Who would even bother to buy something from them.


----------



## Sausage Head (Jun 30, 2011)

the '5-star rating customers', perhaps.


----------



## RoMee (Jun 30, 2011)

I would like the option to hide shoptemp news
nothing there but spam from "fake" shops


----------



## Sausage Head (Jun 30, 2011)

it's literally spam.


----------



## AlanJohn (Jun 30, 2011)

Sausage Head said:
			
		

> it's literally spam.


Great News: Now Support V1.4.2 Edition NDSi Console & great new 3DS Console! It's a third-party product, not original.No Pokewalker included. DSi Pokemon Series Game Cards-First Season! Pokemon Pearl Upgraded V1.4.2 Edition DS/DSL/DSi/3DS Game New US$9.59


----------



## Schlupi (Jun 30, 2011)

RoMee said:
			
		

> I would like the option to hide shoptemp news
> nothing there but spam from "fake" shops



I don't think it's all spam; there ARE coupons from reliable sites. I would like the option too. I doubt it'll happen though; they pay good money to advertize front page don't they? 
	

	
	
		
		

		
			






@ AlanJohn: [url=http://gbatemp.net/index.php?showtopic=299490&st=0&p=3747178&#entry3747178]http://gbatemp.net/index.php?showtopic=299...p;#entry3747178[/url]


Yeah, I KNOW.


----------



## Sausage Head (Jun 30, 2011)

_Some other shop_ is also selling 'game all-in-one' cartridges.
256 pirated games.

"You can discuss how to find games, but you cannot link to direct sources"
I think those cartridges would fall under 'direct sources', no?


----------



## lightakejerry (Jul 1, 2011)

Sausage Head said:
			
		

> GamePlayFun is spamming up the 'news' too much. They are repeating everything they spam at least once a week. They even reposted an 'article' from 2 days ago. This is getting very annoying to keep seeing "Acekard 2i Cheapest free USB reader shipping lowest in usa!! hurry!!".
> 
> oh also i think they are asking their customers to make a gbatemp account to write a 5-star review on them.
> 
> **gameplayfun is not the only shop spamming up the news page


I'll e-mail to shoptemp to ask them shop it ASAP.Here's the new content of golden account in shoptemp as below:

News content:
In order to give everyone a chance to submit news and keep our home page clean, we are forced to put the following restrictions in place:
- You may only submit 1 news article each day
- Only submit actual news articles, e.g. new products, new discounts or special events.
- Please use regular formatting in your articles.
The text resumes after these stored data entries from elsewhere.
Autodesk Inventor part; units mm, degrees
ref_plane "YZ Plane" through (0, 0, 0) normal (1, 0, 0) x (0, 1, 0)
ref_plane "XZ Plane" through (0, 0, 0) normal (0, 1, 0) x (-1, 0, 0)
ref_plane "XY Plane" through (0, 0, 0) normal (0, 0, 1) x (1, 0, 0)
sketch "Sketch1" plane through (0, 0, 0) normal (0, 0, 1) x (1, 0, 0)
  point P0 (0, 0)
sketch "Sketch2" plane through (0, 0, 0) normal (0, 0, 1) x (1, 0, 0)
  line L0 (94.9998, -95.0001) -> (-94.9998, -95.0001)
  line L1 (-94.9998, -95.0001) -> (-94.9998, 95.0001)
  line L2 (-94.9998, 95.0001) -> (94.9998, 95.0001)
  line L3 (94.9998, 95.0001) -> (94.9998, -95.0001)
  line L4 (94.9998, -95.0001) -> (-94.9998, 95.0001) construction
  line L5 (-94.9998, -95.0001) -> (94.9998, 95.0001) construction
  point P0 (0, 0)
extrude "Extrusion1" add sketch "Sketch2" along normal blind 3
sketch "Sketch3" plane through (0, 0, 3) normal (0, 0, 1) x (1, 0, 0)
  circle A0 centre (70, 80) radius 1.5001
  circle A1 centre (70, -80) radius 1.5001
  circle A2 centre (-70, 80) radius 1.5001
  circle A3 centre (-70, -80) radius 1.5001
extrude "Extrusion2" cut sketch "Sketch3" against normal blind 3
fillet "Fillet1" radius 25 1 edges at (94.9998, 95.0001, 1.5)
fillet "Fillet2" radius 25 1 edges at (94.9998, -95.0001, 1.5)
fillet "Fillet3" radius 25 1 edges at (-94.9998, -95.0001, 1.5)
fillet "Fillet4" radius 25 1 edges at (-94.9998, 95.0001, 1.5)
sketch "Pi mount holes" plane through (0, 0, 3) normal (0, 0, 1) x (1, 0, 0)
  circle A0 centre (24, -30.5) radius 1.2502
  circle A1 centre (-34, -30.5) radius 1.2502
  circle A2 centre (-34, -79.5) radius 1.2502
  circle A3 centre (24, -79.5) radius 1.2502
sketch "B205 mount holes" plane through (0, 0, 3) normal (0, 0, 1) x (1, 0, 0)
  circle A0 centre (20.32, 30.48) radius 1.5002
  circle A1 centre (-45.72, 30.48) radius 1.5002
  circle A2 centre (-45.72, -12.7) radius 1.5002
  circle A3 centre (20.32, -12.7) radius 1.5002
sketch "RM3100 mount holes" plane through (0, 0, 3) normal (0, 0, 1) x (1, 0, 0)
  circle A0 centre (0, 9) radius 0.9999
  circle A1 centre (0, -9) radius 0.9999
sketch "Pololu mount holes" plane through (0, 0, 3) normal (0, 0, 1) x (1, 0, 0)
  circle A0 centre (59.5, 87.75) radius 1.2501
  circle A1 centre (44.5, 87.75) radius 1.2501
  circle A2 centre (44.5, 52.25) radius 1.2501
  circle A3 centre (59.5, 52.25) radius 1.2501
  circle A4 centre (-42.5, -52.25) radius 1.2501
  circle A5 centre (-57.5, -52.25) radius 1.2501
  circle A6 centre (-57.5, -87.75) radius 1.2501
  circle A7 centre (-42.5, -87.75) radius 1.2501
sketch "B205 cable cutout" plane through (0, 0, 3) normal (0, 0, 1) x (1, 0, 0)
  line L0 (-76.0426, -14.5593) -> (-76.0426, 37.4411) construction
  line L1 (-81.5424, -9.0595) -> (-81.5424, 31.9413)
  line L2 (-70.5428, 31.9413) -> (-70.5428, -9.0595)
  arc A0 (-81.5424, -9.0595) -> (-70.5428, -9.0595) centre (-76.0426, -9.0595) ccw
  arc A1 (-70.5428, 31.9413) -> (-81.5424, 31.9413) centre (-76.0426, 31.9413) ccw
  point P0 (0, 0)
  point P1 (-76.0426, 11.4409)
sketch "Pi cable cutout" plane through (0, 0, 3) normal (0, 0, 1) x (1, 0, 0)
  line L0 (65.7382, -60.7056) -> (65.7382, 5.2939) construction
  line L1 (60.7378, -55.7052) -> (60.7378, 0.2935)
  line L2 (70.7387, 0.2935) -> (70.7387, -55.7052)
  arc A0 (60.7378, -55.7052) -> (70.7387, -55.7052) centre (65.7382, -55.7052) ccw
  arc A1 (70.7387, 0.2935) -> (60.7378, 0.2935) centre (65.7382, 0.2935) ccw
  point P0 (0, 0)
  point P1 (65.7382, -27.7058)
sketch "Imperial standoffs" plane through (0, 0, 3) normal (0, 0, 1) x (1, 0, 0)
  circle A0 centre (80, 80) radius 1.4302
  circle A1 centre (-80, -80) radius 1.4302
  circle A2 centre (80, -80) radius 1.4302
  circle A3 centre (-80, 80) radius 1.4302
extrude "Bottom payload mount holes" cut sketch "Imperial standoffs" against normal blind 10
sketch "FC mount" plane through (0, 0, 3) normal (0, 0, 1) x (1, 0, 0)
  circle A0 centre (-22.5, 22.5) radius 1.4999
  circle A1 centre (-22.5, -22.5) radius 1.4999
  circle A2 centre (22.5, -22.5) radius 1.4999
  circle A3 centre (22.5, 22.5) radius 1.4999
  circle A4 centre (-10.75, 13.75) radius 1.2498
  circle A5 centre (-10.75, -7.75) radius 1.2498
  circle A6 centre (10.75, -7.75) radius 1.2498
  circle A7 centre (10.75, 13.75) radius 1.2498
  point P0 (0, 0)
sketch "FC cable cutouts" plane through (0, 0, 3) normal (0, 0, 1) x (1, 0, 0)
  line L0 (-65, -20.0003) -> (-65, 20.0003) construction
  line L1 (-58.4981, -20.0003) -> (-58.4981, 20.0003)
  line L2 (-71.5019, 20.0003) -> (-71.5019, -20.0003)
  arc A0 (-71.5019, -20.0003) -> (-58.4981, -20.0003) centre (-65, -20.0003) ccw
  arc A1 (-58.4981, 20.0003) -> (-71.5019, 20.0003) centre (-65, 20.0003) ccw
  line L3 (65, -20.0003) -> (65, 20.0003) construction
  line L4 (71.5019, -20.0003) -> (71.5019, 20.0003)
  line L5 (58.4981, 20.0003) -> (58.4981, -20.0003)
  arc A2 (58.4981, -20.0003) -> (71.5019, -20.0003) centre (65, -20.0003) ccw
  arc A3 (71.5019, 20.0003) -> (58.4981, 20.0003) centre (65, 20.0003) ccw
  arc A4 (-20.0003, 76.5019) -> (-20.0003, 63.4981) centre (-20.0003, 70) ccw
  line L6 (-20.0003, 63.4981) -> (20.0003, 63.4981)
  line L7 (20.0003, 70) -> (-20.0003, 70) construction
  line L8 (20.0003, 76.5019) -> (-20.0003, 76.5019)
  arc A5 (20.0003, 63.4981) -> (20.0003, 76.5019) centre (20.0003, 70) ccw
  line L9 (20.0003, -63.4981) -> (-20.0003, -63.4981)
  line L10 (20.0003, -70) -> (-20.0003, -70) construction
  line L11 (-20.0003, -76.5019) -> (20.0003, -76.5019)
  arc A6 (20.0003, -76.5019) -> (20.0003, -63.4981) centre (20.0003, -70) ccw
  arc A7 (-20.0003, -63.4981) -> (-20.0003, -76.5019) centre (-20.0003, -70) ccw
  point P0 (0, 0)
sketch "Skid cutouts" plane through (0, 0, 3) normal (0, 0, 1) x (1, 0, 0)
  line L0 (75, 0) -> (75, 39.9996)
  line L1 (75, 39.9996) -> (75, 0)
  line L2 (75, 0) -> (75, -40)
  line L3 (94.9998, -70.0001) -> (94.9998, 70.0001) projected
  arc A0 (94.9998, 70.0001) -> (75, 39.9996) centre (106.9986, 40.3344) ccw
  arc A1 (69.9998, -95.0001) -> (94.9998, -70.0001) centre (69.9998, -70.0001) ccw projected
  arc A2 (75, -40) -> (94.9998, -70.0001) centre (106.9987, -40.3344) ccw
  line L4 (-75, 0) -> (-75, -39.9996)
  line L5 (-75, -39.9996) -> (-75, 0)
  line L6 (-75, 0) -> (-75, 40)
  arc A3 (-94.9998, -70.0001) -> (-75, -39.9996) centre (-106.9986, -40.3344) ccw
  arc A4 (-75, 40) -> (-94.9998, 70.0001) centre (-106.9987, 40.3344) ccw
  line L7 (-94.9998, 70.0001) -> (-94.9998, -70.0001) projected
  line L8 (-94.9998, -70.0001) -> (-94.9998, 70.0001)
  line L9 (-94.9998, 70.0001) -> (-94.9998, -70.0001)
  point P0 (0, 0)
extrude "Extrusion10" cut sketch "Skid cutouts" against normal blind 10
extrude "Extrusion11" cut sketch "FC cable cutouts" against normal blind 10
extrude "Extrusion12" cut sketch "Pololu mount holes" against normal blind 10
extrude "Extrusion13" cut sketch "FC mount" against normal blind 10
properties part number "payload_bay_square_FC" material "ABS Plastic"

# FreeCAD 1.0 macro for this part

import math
import FreeCAD as App
import Part
import Sketcher
from FreeCAD import Vector


def edges_at(feature, points):
    """Names of the edges that pass closest to the given points."""
    edges = feature.Shape.Edges
    near = lambda p: min(range(len(edges)), key=lambda i: edges[i].distToShape(Part.Vertex(*p))[0])
    return sorted({f"Edge{near(p) + 1}" for p in points})


def add_polygon(sketch, points):
    """Adds a closed chain of lines whose ends are joined by coincident constraints."""
    first, n = sketch.GeometryCount, len(points)
    for a, b in zip(points, points[1:] + points[:1]):
        sketch.addGeometry(Part.LineSegment(App.Vector(*a, 0), App.Vector(*b, 0)), False)
    for i in range(n):
        sketch.addConstraint(Sketcher.Constraint("Coincident", first + i, 2, first + (i + 1) % n, 1))

doc = App.newDocument("Part")
body = doc.addObject("PartDesign::Body", "Body")

# Sketch on XY plane
sketch1 = body.newObject("Sketcher::SketchObject", "Sketch")
sketch1.AttachmentSupport = (doc.getObject("XY_Plane"), [""])
sketch1.MapMode = "FlatFace"
add_polygon(sketch1, [(-95, -95), (95, -95), (95, 95), (-95, 95)])  # lines 0-3
sketch1.addConstraint([
    Sketcher.Constraint("Horizontal", 0),
    Sketcher.Constraint("Vertical", 1),
    Sketcher.Constraint("Horizontal", 2),
    Sketcher.Constraint("Vertical", 3),
    Sketcher.Constraint("Symmetric", 0, 2, 2, 2, -1, 1),
    Sketcher.Constraint("DistanceY", 0, 2, -1, 1, 95.0),
    Sketcher.Constraint("DistanceX", 0, 1, 0, 2, 189.9996),
])
pad1 = body.newObject("PartDesign::Pad", "Pad")
pad1.Profile = sketch1
pad1.Length = 3

# Sketch on XY plane
sketch2 = body.newObject("Sketcher::SketchObject", "Sketch001")
sketch2.AttachmentSupport = (doc.getObject("XY_Plane"), [""])
sketch2.MapMode = "FlatFace"
sketch2.AttachmentOffset = App.Placement(Vector(0, 0, 3), App.Rotation())
sketch2.addGeometry([
    Part.Circle(Vector(70, 80, 0), Vector(0, 0, 1), 1.5),
    Part.Circle(Vector(70, -80, 0), Vector(0, 0, 1), 1.5),
    Part.Circle(Vector(-70, 80, 0), Vector(0, 0, 1), 1.5),
    Part.Circle(Vector(-70, -80, 0), Vector(0, 0, 1), 1.5),
], False)
sketch2.addConstraint([
    Sketcher.Constraint("Equal", 0, 1),
    Sketcher.Constraint("Equal", 1, 2),
    Sketcher.Constraint("Equal", 2, 3),
    Sketcher.Constraint("Symmetric", 1, 3, 2, 3, -1, 1),
    Sketcher.Constraint("Symmetric", 0, 3, 3, 3, -1, 1),
    Sketcher.Constraint("Symmetric", 0, 3, 2, 3, -2),
    Sketcher.Constraint("DistanceX", -1, 1, 0, 3, 70.0),
    Sketcher.Constraint("DistanceY", -1, 1, 0, 3, 80.0),
    Sketcher.Constraint("Diameter", 0, 3.0002),
])
pocket1 = body.newObject("PartDesign::Pocket", "Pocket")
pocket1.Profile = sketch2
pocket1.Length = 3
doc.recompute()

fillet = body.newObject("PartDesign::Fillet", "Fillet")
fillet.Base = (pocket1, edges_at(pocket1, [(95, 95, 1.5)]))
fillet.Radius = 25
doc.recompute()

fillet2 = body.newObject("PartDesign::Fillet", "Fillet001")
fillet2.Base = (fillet, edges_at(fillet, [(95, -95, 1.5)]))
fillet2.Radius = 25
doc.recompute()

fillet3 = body.newObject("PartDesign::Fillet", "Fillet002")
fillet3.Base = (fillet2, edges_at(fillet2, [(-95, -95, 1.5)]))
fillet3.Radius = 25
doc.recompute()

fillet4 = body.newObject("PartDesign::Fillet", "Fillet003")
fillet4.Base = (fillet3, edges_at(fillet3, [(-95, 95, 1.5)]))
fillet4.Radius = 25
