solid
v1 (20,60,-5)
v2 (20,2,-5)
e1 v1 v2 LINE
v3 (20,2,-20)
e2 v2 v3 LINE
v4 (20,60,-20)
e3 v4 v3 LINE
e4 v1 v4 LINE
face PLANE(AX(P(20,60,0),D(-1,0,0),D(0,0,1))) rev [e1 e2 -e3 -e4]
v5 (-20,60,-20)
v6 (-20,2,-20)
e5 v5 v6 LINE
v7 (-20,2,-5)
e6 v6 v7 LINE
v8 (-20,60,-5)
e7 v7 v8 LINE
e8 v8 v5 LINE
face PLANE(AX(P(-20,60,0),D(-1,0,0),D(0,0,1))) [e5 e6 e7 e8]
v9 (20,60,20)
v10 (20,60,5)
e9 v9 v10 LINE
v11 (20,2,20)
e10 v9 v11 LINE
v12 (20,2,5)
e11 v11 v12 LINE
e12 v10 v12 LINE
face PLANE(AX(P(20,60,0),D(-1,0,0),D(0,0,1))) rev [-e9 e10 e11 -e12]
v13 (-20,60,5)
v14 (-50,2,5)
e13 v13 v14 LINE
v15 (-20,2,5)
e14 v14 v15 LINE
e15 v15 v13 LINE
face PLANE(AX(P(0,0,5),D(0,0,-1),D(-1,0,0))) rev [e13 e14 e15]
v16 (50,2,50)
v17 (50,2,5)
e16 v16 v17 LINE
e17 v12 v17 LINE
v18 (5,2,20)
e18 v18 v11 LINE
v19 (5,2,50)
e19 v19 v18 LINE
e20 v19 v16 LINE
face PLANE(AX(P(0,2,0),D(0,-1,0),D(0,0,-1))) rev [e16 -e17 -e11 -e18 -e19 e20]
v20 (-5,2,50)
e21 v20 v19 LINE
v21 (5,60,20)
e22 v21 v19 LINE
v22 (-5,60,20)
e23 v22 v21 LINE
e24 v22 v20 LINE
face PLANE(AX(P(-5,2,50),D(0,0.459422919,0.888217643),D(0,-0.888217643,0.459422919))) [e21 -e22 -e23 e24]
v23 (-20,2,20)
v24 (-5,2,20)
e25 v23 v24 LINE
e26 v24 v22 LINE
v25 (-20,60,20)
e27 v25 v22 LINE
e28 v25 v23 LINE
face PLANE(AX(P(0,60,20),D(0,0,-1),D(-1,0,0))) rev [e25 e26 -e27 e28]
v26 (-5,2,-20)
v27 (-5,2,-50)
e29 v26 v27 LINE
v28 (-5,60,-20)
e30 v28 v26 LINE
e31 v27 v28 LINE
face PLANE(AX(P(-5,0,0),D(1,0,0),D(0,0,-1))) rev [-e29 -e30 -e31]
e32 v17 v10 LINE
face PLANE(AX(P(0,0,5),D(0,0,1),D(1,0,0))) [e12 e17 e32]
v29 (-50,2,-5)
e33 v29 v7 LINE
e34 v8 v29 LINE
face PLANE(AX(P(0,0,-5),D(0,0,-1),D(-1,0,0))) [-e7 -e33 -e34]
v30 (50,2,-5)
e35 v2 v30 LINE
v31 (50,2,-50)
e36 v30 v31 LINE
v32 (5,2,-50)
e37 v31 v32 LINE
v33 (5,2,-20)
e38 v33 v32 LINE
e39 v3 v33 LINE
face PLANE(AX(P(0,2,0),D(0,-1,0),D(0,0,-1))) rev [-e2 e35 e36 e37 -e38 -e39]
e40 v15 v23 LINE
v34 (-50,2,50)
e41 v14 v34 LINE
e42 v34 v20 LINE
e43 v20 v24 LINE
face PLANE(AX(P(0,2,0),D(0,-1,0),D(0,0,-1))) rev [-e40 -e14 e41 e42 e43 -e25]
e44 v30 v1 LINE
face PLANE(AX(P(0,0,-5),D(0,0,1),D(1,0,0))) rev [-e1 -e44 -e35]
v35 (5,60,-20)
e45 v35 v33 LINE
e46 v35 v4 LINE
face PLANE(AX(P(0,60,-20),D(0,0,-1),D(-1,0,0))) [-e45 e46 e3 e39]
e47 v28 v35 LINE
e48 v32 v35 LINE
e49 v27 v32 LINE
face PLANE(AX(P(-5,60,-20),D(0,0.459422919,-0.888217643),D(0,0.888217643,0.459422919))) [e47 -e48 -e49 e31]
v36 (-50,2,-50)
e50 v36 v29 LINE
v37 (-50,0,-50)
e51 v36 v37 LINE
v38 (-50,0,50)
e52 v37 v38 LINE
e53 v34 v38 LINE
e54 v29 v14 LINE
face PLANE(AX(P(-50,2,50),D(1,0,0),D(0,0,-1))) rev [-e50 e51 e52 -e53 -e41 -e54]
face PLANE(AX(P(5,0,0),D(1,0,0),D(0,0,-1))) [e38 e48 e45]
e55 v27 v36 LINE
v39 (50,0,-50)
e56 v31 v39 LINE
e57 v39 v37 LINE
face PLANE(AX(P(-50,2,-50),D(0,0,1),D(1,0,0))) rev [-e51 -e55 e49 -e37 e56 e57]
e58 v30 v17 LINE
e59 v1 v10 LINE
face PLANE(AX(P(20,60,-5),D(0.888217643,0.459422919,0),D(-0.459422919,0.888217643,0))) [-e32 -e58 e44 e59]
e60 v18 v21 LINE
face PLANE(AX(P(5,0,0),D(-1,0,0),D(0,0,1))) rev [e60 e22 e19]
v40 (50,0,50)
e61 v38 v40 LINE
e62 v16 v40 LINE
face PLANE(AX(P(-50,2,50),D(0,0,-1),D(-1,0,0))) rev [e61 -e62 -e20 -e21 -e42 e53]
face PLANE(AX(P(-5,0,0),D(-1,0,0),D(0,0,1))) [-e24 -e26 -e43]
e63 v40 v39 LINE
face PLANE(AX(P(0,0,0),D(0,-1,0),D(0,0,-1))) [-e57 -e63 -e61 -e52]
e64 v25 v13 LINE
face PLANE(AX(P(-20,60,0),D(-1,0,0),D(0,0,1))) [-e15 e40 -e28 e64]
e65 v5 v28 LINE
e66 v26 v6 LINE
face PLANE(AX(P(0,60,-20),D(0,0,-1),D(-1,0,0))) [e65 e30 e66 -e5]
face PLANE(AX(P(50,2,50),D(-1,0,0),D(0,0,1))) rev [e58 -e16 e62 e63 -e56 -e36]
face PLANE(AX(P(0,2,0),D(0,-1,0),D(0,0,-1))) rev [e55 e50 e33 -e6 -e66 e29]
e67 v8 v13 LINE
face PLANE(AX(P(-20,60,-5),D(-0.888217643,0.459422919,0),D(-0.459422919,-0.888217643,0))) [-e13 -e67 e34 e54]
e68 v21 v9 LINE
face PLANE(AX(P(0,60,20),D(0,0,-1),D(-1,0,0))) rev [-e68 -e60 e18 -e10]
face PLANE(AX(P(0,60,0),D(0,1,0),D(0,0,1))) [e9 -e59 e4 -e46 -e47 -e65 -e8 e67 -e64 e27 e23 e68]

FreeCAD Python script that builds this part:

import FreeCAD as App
import Part
import Sketcher
Q = App.Units.Quantity


def add_polygon(sketch, points):
    """Adds a closed chain of lines whose ends are joined by coincident constraints."""
    first, n = sketch.GeometryCount, len(points)
    for a, b in zip(points, points[1:] + points[:1]):
        sketch.addGeometry(Part.LineSegment(App.Vector(*a, 0), App.Vector(*b, 0)), False)
    for i in range(n):
        sketch.addConstraint(Sketcher.Constraint("Coincident", first + i, 2, first + (i + 1) % n, 1))

doc = App.newDocument("Part")
body = doc.addObject("PartDesign::Body", "Body")

# Sketch on XZ plane
sketch1 = doc.addObject("Sketcher::SketchObject", "Sketch")
body.addObject(sketch1)
sketch1.AttachmentSupport = (doc.XZ_Plane, [""])
sketch1.MapMode = "FlatFace"
add_polygon(sketch1, [(-50, -50), (-50, 50), (50, 50), (50, -50)])  # lines 0-3
add_polygon(sketch1, [(20, 20), (-20, 20), (-20, -20), (20, -20)])  # lines 4-7
sketch1.addConstraint([
    Sketcher.Constraint("Vertical", 0),
    Sketcher.Constraint("Horizontal", 1),
    Sketcher.Constraint("Vertical", 2),
    Sketcher.Constraint("Horizontal", 3),
    Sketcher.Constraint("Horizontal", 4),
    Sketcher.Constraint("Vertical", 5),
    Sketcher.Constraint("Horizontal", 6),
    Sketcher.Constraint("Vertical", 7),
    Sketcher.Constraint("Symmetric", 0, 2, 2, 2, -1, 1),
    Sketcher.Constraint("Symmetric", 4, 2, 6, 2, -1, 1),
    Sketcher.Constraint("Equal", 3, 0),
    Sketcher.Constraint("Equal", 6, 5),
    Sketcher.Constraint("DistanceX", 1, 1, 1, 2, Q("100 mm")),
    Sketcher.Constraint("DistanceX", 4, 2, 4, 1, Q("40 mm")),
])
pad1 = doc.addObject("PartDesign::Pad", "Pad")
body.addObject(pad1)
pad1.Profile = sketch1
pad1.Length = 2
pad1.Reversed = True

# Sketch on XZ plane
sketch2 = doc.addObject("Sketcher::SketchObject", "Sketch001")
body.addObject(sketch2)
sketch2.AttachmentSupport = (doc.XZ_Plane, [""])
sketch2.MapMode = "FlatFace"
add_polygon(sketch2, [(-20, -20), (-20, 20), (20, 20), (20, -20)])  # lines 0-3
sketch2.addConstraint([
    Sketcher.Constraint("Vertical", 0),
    Sketcher.Constraint("Horizontal", 1),
    Sketcher.Constraint("Vertical", 2),
    Sketcher.Constraint("Horizontal", 3),
    Sketcher.Constraint("Symmetric", 0, 2, 2, 2, -1, 1),
    Sketcher.Constraint("Equal", 3, 0),
    Sketcher.Constraint("DistanceX", 1, 1, 1, 2, Q("40 mm")),
])
pad2 = doc.addObject("PartDesign::Pad", "Pad001")
body.addObject(pad2)
pad2.Profile = sketch2
pad2.Length = 60
pad2.Reversed = True

# Sketch on YZ plane
sketch3 = doc.addObject("Sketcher::SketchObject", "Sketch002")
body.addObject(sketch3)
sketch3.AttachmentSupport = (doc.YZ_Plane, [""])
sketch3.MapMode = "FlatFace"
add_polygon(sketch3, [(2, -50), (60, -20), (2, -20)])  # lines 0-2
add_polygon(sketch3, [(2, 50), (2, 20), (60, 20)])  # lines 3-5
sketch3.addConstraint([
    Sketcher.Constraint("Horizontal", 1),
    Sketcher.Constraint("Vertical", 2),
    Sketcher.Constraint("Vertical", 3),
    Sketcher.Constraint("Horizontal", 4),
    Sketcher.Constraint("Symmetric", 1, 2, 3, 2, -1),
    Sketcher.Constraint("Vertical", 0, 2, 4, 2),
    Sketcher.Constraint("Equal", 2, 3),
    Sketcher.Constraint("DistanceX", 1, 2, 1, 1, Q("58 mm")),
    Sketcher.Constraint("DistanceY", 2, 2, 2, 1, Q("30 mm")),
    Sketcher.Constraint("DistanceX", -1, 1, 0, 2, Q("60 mm")),
    Sketcher.Constraint("DistanceY", 0, 2, -1, 1, Q("20 mm")),
])
pad3 = doc.addObject("PartDesign::Pad", "Pad002")
body.addObject(pad3)
pad3.Profile = sketch3
pad3.Type = "TwoLengths"
pad3.Length = 5
pad3.Length2 = 5

# Sketch on XY plane
sketch4 = doc.addObject("Sketcher::SketchObject", "Sketch003")
body.addObject(sketch4)
sketch4.AttachmentSupport = (doc.XY_Plane, [""])
sketch4.MapMode = "FlatFace"
add_polygon(sketch4, [(50, 2), (20, 60), (20, 2)])  # lines 0-2
add_polygon(sketch4, [(-20, 60), (-50, 2), (-20, 2)])  # lines 3-5
sketch4.addConstraint([
    Sketcher.Constraint("Vertical", 1),
    Sketcher.Constraint("Horizontal", 2),
    Sketcher.Constraint("Horizontal", 4),
    Sketcher.Constraint("Vertical", 5),
    Sketcher.Constraint("Symmetric", 2, 2, 3, 2, -2),
    Sketcher.Constraint("Symmetric", 0, 2, 5, 2, -2),
    Sketcher.Constraint("DistanceX", 2, 1, 2, 2, Q("30 mm")),
    Sketcher.Constraint("DistanceY", 1, 2, 1, 1, Q("58 mm")),
    Sketcher.Constraint("DistanceX", -1, 1, 0, 2, Q("20 mm")),
    Sketcher.Constraint("DistanceY", -1, 1, 0, 2, Q("60 mm")),
])
pad4 = doc.addObject("PartDesign::Pad", "Pad003")
body.addObject(pad4)
pad4.Profile = sketch4
pad4.Type = "TwoLengths"
pad4.Length = 5
pad4.Length2 = 5

doc.recompute()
Avoid big fonts with flashy colors.
- Our moderating team may disable articles that do not comply with the above restrictions.
Thank you for your understanding! 

So post the spam news should be banned according to the new content


----------



## pigonthetree (Jul 1, 2011)

It seems do nothing and just let it be,which will be the best thing for sale?


----------



## RoMee (Jul 1, 2011)

Schlupi said:
			
		

> RoMee said:
> 
> 
> 
> ...



yeah, not everything is spam and I appreciate the coupon codes and stuff, but you rarely see those because of all the spam.


----------



## durpy (Jul 1, 2011)

AlanJohn said:
			
		

> Who would even bother to buy something from them.


because with the free shipping code its the best deal unless you want to order from hong kong and wait a month. 

anyhow, i opened my bubble mailer package today (it only took 2 days to receive it after ordering it) and tried to see if my acekard 2i was real by entering the code and it passed. despite the shady website, fake reviews, and daily spam its a legit vendor. i think users are too critical of them. its not like these stores get new kinds of merchandise daily and are competing with each other. 

people generally don't bother writing good reviews because everything was as expected.
though frankly if it wasn't for the free shipping i would've probably just ordered from RHS instead.


----------



## The Catboy (Jul 1, 2011)

Personally I think we need better moderating there. Shoptemp is just filled with spam at this point and really isn't trustworthy at this point.


----------



## Sausage Head (Jul 3, 2011)

more spam hooray


----------